O recurso recebido somente no efeito devolutivo, com regular recolhimento do preparo.
Em face da decisão monocrática que indeferiu a antecipação da tutela recursal, a operadora interpôs agravo interno, alegando excesso e inexigibilidade de multa cominatória (astreintes) no valor de R$ 30.000,00, defendendo o cumprimento integral da ordem judicial.
Em contraminuta ao agravo de instrumento, a parte agravada defende o desprovimento do recurso.
É o relatório.
A controvérsia processual resume-se em verificar o preenchimento dos requisitos de admissibilidade dos recursos interpostos, especificamente quanto ao preenchimento da regularidade formal e observância ao princípio da dialeticidade.
O sistema processual civil exige que a parte recorrente impugne especificamente os fundamentos da decisão recorrida (art. 932, III, e art. 1.016, II e III, do CPC). A motivação do recurso deve guardar estrita correlação com o que foi efetivamente decidido pelo magistrado.
Verifica-se nos autos que a operadora combateu um comando judicial inexistente. A decisão agravada de foi clara ao consignar que "o presente cumprimento destina-se à execução dos valores devidos pela executada". O Juízo a quo reconheceu a incompatibilidade dos ritos e determinou explicitamente que "o cumprimento da obrigação de fazer decorrente da r. Sentença deve se dar em autos próprios".

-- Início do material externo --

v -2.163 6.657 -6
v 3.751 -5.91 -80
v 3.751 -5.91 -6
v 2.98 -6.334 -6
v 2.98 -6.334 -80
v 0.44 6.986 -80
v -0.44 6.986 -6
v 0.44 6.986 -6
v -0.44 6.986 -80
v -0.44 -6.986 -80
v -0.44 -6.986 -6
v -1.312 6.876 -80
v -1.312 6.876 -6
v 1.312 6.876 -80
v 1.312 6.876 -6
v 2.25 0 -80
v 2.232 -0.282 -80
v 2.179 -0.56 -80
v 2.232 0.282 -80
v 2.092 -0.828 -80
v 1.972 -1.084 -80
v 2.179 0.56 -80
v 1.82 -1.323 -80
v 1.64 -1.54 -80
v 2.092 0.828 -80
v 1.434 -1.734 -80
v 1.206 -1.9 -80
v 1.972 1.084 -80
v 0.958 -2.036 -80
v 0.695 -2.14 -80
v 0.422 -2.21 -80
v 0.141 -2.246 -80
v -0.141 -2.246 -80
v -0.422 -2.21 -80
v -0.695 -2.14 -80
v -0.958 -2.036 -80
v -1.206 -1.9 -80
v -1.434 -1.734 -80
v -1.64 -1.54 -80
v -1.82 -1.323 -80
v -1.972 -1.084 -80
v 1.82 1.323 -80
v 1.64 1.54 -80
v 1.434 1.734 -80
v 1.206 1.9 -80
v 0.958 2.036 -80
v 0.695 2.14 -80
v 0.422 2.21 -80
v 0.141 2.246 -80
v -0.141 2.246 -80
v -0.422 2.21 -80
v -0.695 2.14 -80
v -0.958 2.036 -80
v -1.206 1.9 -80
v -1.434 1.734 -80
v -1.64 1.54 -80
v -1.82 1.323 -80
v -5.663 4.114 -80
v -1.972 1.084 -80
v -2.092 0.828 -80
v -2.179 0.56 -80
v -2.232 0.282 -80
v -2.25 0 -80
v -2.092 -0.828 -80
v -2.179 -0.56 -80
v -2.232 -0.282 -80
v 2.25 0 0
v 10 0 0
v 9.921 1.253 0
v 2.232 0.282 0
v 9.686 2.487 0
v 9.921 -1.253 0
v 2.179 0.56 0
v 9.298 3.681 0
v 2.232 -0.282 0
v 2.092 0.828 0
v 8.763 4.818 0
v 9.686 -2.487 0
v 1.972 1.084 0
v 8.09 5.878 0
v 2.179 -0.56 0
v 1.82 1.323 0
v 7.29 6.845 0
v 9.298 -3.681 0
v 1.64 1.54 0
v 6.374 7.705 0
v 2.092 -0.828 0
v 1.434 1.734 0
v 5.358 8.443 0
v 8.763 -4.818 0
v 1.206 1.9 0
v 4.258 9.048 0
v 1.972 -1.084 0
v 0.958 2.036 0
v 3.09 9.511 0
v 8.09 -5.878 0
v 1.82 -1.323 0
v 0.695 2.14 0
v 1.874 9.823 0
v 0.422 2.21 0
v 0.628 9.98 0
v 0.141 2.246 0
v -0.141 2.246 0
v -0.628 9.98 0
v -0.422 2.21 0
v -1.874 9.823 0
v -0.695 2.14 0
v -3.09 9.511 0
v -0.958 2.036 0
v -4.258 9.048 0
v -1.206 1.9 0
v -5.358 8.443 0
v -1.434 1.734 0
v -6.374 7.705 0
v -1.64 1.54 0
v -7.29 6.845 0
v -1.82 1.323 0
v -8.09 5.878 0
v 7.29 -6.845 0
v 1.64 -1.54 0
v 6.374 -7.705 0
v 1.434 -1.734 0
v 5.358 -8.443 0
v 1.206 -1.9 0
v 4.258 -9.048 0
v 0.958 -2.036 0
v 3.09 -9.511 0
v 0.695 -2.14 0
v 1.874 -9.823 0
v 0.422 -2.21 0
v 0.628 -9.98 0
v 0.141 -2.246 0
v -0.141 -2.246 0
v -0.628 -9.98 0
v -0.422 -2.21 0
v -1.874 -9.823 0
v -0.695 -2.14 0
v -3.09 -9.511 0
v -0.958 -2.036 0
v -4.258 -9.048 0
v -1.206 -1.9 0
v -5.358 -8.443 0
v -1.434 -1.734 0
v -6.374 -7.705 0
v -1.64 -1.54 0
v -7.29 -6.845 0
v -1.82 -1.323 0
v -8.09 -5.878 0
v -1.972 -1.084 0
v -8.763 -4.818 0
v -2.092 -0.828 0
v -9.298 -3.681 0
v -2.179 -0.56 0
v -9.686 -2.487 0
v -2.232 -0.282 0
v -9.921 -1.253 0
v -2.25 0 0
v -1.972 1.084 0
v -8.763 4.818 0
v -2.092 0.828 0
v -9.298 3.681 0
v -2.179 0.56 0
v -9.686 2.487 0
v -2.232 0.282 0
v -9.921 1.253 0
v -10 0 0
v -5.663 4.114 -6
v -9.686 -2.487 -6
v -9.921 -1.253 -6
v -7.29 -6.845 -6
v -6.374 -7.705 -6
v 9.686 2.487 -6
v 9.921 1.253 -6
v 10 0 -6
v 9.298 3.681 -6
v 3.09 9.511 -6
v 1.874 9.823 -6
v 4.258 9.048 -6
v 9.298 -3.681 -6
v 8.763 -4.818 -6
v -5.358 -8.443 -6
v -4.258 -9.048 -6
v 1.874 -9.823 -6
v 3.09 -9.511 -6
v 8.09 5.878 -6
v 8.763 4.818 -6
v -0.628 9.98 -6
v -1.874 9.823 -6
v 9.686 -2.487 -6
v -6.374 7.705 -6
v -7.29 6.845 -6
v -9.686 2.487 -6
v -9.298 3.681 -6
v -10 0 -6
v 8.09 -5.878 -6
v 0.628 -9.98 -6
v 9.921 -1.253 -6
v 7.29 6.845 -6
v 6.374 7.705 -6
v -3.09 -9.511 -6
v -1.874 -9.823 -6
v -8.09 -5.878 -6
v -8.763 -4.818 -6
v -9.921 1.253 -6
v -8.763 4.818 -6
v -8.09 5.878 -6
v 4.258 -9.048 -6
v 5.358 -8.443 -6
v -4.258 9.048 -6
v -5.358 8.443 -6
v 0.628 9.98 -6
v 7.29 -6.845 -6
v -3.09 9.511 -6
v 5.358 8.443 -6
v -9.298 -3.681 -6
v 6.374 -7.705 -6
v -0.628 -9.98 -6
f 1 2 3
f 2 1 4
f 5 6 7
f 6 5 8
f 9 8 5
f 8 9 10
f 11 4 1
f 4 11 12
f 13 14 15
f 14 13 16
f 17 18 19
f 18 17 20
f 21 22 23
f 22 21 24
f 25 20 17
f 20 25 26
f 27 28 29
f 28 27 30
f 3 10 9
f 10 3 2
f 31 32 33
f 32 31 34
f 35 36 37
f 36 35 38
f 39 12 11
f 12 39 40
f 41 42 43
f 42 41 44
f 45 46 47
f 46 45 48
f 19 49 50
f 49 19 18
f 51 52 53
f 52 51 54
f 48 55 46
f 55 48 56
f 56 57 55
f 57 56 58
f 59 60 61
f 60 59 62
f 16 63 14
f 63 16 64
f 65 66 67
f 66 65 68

Apesar da clareza da diretriz adotada em primeiro grau – que afastou do atual incidente qualquer deliberação sobre a rede credenciada –, a agravante estrutura integralmente seu agravo de instrumento na tese de "inovação do pedido" a respeito da obrigação de fazer (exigência de hospitais específicos). A insurgência ataca um deferimento imaginário, pois o magistrado não acolheu a execução da obrigação de fazer nestes autos, focando estritamente na quantia certa (restituição de valores/mensalidades).

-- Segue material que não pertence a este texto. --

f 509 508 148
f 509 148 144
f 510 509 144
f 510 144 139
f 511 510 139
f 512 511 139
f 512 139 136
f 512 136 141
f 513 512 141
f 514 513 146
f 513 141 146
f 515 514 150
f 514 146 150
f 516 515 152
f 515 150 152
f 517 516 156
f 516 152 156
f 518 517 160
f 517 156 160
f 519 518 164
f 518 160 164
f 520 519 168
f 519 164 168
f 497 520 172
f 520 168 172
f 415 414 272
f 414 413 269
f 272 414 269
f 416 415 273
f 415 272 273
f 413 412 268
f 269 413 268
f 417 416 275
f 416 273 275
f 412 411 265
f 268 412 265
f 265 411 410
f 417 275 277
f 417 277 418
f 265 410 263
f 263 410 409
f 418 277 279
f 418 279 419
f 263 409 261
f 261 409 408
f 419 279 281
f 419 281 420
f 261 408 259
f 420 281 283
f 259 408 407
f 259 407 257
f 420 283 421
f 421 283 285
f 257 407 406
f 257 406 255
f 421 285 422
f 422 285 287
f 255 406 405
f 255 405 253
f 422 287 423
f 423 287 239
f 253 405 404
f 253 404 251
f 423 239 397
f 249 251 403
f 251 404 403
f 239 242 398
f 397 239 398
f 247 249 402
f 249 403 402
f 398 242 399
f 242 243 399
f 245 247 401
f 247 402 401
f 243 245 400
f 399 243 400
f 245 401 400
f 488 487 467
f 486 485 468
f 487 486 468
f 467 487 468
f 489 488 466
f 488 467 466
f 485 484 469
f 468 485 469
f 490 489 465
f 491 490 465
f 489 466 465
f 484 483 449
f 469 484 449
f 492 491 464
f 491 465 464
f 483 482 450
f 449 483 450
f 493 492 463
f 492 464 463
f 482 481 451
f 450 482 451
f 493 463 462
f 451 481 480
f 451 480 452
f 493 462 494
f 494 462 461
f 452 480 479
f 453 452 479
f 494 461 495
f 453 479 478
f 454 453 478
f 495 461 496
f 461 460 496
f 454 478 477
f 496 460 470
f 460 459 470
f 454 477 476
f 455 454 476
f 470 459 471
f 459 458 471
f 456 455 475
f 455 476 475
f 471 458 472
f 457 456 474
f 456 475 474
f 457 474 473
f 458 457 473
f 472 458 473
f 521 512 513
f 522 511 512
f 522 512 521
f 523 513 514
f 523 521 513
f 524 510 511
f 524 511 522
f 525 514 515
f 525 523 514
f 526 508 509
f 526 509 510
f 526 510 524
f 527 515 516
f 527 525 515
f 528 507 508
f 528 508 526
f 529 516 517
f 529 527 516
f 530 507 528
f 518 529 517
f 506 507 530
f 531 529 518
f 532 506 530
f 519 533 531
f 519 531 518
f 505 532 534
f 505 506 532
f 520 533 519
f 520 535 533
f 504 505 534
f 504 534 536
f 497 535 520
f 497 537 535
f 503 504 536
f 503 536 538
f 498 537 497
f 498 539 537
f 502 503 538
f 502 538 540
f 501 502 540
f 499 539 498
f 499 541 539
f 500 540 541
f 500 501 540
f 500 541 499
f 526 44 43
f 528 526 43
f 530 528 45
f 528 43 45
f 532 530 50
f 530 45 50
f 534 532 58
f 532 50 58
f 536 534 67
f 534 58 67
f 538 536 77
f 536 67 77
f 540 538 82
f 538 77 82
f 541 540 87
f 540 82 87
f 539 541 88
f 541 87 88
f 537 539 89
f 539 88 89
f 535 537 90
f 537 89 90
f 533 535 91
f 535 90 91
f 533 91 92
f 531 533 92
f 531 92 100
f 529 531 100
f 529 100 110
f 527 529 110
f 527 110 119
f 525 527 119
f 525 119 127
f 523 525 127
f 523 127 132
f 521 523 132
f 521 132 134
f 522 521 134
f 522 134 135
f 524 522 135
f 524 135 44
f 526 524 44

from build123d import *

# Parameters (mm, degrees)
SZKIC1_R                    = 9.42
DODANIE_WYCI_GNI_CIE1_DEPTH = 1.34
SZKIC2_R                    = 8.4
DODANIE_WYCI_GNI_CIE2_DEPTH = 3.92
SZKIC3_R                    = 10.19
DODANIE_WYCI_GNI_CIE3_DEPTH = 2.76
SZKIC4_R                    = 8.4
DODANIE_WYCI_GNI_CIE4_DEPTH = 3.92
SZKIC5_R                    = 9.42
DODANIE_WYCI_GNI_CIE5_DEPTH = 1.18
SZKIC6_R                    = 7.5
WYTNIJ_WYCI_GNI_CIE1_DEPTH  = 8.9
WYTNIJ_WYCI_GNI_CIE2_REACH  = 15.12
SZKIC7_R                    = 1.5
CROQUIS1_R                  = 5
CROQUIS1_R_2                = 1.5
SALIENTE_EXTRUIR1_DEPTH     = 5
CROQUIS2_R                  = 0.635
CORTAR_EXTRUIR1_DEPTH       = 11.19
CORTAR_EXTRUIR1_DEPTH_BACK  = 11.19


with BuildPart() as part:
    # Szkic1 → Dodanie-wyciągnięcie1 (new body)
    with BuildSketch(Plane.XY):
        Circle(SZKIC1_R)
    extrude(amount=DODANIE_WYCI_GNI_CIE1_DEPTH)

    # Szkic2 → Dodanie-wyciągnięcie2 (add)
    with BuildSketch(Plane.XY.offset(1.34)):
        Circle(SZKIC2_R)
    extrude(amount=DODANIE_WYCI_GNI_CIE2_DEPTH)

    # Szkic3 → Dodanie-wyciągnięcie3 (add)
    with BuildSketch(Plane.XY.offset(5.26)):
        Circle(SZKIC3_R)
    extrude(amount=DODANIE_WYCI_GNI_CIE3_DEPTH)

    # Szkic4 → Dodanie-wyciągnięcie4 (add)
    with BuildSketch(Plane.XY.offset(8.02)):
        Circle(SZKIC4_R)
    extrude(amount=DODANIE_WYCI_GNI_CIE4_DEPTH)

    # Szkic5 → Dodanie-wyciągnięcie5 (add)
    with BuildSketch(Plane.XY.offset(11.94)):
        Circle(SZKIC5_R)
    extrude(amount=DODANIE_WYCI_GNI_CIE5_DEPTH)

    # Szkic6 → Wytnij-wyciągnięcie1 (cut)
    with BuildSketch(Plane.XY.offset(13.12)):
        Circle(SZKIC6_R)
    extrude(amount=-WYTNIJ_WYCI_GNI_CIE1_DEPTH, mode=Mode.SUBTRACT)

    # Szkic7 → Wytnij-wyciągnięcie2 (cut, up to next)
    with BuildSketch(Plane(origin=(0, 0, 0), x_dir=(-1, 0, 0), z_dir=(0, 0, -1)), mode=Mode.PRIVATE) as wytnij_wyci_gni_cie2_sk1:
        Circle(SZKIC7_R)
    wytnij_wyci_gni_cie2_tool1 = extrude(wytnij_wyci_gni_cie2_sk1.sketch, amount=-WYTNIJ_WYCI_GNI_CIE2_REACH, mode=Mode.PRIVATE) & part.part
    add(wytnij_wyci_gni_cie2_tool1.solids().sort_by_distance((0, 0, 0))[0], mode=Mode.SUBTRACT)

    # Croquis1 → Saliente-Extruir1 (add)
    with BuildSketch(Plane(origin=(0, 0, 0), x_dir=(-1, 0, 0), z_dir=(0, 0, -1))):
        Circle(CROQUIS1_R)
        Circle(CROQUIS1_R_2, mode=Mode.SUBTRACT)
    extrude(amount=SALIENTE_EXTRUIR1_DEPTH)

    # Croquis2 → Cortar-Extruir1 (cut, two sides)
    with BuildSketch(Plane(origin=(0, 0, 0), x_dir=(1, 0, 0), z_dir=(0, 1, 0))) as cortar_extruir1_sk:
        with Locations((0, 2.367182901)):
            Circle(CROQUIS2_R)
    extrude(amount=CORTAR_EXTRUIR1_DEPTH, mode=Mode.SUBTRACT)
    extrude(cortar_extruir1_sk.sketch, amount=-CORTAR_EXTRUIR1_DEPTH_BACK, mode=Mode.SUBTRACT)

O distanciamento entre as razões recursais e a realidade do processo atinge um patamar ainda mais grave no agravo interno. Ao impugnar o indeferimento do efeito suspensivo, a executada passa a discorrer sobre a inexigibilidade e a desproporcionalidade de uma suposta multa cominatória (astreintes) no importe de R$ 30.000,00. Contudo, a decisão originária de não fixou, executou ou sequer mencionou a imposição de astreintes contra a operadora.
O recorrente que não dialoga com o provimento jurisdicional perde o direito de ver sua irresignação avaliada pelo colegiado.

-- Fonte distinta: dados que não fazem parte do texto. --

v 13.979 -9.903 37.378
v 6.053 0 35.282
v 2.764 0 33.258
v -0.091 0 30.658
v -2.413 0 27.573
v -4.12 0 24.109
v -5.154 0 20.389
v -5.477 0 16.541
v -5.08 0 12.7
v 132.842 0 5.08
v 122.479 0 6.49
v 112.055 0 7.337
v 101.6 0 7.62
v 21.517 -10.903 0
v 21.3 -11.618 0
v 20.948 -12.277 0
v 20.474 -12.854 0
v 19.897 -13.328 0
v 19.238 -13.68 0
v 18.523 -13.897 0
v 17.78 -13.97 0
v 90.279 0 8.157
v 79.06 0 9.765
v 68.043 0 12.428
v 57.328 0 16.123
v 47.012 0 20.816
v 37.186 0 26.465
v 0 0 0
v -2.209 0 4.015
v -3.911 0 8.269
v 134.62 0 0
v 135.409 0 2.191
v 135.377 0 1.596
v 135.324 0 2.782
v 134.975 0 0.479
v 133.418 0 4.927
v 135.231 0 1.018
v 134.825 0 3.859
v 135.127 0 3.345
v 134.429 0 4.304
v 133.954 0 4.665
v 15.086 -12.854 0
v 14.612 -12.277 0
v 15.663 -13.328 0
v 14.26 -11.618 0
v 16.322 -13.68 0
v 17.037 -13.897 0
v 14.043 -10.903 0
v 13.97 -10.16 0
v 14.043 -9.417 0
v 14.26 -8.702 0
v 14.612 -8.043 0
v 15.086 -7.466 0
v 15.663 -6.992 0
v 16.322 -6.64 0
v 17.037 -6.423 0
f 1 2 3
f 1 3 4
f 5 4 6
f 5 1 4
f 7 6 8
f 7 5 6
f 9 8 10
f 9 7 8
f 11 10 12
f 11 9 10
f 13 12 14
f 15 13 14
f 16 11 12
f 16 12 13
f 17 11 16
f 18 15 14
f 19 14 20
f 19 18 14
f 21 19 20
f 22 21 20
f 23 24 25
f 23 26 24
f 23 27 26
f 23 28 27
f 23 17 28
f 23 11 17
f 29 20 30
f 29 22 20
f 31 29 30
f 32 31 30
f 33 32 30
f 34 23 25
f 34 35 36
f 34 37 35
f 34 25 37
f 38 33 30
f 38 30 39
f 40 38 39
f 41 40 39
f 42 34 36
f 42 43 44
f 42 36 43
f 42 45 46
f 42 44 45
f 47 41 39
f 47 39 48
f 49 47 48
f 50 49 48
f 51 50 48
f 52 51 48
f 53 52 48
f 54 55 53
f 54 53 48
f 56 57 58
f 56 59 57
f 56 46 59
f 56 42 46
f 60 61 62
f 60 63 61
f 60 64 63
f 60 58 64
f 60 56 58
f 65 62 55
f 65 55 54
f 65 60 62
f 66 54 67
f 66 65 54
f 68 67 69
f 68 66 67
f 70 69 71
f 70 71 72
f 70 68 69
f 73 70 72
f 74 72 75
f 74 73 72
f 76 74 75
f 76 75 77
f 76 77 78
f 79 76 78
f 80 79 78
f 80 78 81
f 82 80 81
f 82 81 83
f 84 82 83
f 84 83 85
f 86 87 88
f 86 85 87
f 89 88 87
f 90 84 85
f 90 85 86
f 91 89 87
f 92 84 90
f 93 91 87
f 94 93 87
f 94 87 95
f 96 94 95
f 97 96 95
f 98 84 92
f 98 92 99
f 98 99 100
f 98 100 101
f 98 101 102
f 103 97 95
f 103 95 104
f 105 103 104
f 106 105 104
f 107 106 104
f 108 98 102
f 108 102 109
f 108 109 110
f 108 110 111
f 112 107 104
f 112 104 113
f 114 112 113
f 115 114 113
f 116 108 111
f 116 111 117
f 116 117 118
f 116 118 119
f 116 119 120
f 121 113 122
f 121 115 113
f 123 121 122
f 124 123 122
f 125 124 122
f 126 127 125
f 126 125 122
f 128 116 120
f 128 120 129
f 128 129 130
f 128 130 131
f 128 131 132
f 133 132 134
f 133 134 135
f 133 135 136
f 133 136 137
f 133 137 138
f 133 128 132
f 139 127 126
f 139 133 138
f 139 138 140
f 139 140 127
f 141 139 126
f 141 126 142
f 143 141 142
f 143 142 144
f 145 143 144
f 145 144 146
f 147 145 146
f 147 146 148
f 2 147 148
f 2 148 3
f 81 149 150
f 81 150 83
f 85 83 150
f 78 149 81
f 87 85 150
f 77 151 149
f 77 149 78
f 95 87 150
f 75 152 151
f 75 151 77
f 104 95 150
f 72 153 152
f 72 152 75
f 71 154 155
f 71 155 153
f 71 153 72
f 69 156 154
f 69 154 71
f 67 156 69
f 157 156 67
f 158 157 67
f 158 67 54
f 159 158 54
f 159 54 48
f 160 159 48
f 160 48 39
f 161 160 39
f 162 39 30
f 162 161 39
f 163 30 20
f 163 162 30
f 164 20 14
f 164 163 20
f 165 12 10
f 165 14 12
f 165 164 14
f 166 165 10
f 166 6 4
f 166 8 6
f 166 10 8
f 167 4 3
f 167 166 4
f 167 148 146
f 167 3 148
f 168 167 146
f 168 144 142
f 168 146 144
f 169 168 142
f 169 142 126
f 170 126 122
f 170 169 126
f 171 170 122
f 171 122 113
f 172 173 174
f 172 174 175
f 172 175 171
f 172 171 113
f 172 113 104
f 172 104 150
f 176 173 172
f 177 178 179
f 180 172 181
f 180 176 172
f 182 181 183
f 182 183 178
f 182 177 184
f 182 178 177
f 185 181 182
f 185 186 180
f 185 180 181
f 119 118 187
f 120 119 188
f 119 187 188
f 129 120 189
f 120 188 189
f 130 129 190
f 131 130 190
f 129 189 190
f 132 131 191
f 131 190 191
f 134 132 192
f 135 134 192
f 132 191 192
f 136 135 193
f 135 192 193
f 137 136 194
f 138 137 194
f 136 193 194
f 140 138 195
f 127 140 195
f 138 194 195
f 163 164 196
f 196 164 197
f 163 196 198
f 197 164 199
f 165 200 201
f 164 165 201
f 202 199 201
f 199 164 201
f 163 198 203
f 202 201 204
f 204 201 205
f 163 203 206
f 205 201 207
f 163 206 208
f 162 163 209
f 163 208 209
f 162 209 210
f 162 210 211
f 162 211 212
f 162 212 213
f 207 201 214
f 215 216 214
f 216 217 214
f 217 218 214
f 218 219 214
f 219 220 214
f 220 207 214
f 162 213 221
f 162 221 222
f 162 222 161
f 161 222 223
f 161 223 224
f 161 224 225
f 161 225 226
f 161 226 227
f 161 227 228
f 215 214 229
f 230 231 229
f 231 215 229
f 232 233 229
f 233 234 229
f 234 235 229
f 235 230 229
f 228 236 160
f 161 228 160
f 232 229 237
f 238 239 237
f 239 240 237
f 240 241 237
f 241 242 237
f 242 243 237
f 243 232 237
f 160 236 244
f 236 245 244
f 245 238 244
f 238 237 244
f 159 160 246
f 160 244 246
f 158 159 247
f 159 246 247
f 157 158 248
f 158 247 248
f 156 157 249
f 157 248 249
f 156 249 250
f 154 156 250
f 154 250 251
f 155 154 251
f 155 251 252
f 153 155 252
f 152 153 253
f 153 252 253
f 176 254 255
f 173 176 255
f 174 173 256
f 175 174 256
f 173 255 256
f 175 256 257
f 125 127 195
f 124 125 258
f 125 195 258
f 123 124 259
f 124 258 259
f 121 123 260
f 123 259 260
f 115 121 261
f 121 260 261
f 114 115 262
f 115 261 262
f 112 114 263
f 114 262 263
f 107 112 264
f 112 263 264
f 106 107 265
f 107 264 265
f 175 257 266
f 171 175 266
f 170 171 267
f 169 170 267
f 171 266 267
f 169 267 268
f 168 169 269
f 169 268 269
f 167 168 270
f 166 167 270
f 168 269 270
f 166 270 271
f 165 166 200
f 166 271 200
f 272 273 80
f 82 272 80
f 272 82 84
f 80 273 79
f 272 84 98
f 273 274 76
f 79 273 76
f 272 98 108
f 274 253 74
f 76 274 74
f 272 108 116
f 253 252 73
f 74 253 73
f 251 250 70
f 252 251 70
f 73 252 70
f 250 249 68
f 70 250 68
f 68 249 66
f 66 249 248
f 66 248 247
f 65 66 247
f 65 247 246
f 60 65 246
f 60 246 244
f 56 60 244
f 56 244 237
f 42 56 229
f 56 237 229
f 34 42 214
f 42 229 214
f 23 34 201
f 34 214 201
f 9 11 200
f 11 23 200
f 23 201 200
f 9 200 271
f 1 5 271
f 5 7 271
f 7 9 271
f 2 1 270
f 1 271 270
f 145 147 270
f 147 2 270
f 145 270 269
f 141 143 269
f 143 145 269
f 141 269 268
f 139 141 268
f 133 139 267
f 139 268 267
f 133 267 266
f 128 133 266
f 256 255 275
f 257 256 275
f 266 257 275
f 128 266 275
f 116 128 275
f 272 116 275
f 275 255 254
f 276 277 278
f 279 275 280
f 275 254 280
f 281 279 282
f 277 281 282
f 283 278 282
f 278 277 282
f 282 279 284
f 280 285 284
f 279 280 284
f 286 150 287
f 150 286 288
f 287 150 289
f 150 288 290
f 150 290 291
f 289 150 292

Ausente o requisito extrínseco da regularidade formal, impõe-se o não conhecimento do agravo de instrumento. Por arrastamento lógico, resta prejudicado o agravo interno que visava à antecipação da tutela recursal em recurso manifestamente inadmissível. Mantém-se hígida a decisão agravada, nos exatos termos em que proferida.
Fica prequestionada a matéria constitucional e infraconstitucional discutida nos autos, nos moldes da jurisprudência do C. STJ, prescindindo-se de menção expressa a todos os dispositivos legais debatidos.
Advertem-se as partes quanto à possibilidade de aplicação de multa por recurso manifestamente protelatório, nos termos do art. 1.026, §2º, do CPC.
Diante do exposto, NÃO CONHEÇO do agravo de instrumento e do agravo interno, por manifesta violação ao princípio da dialeticidade.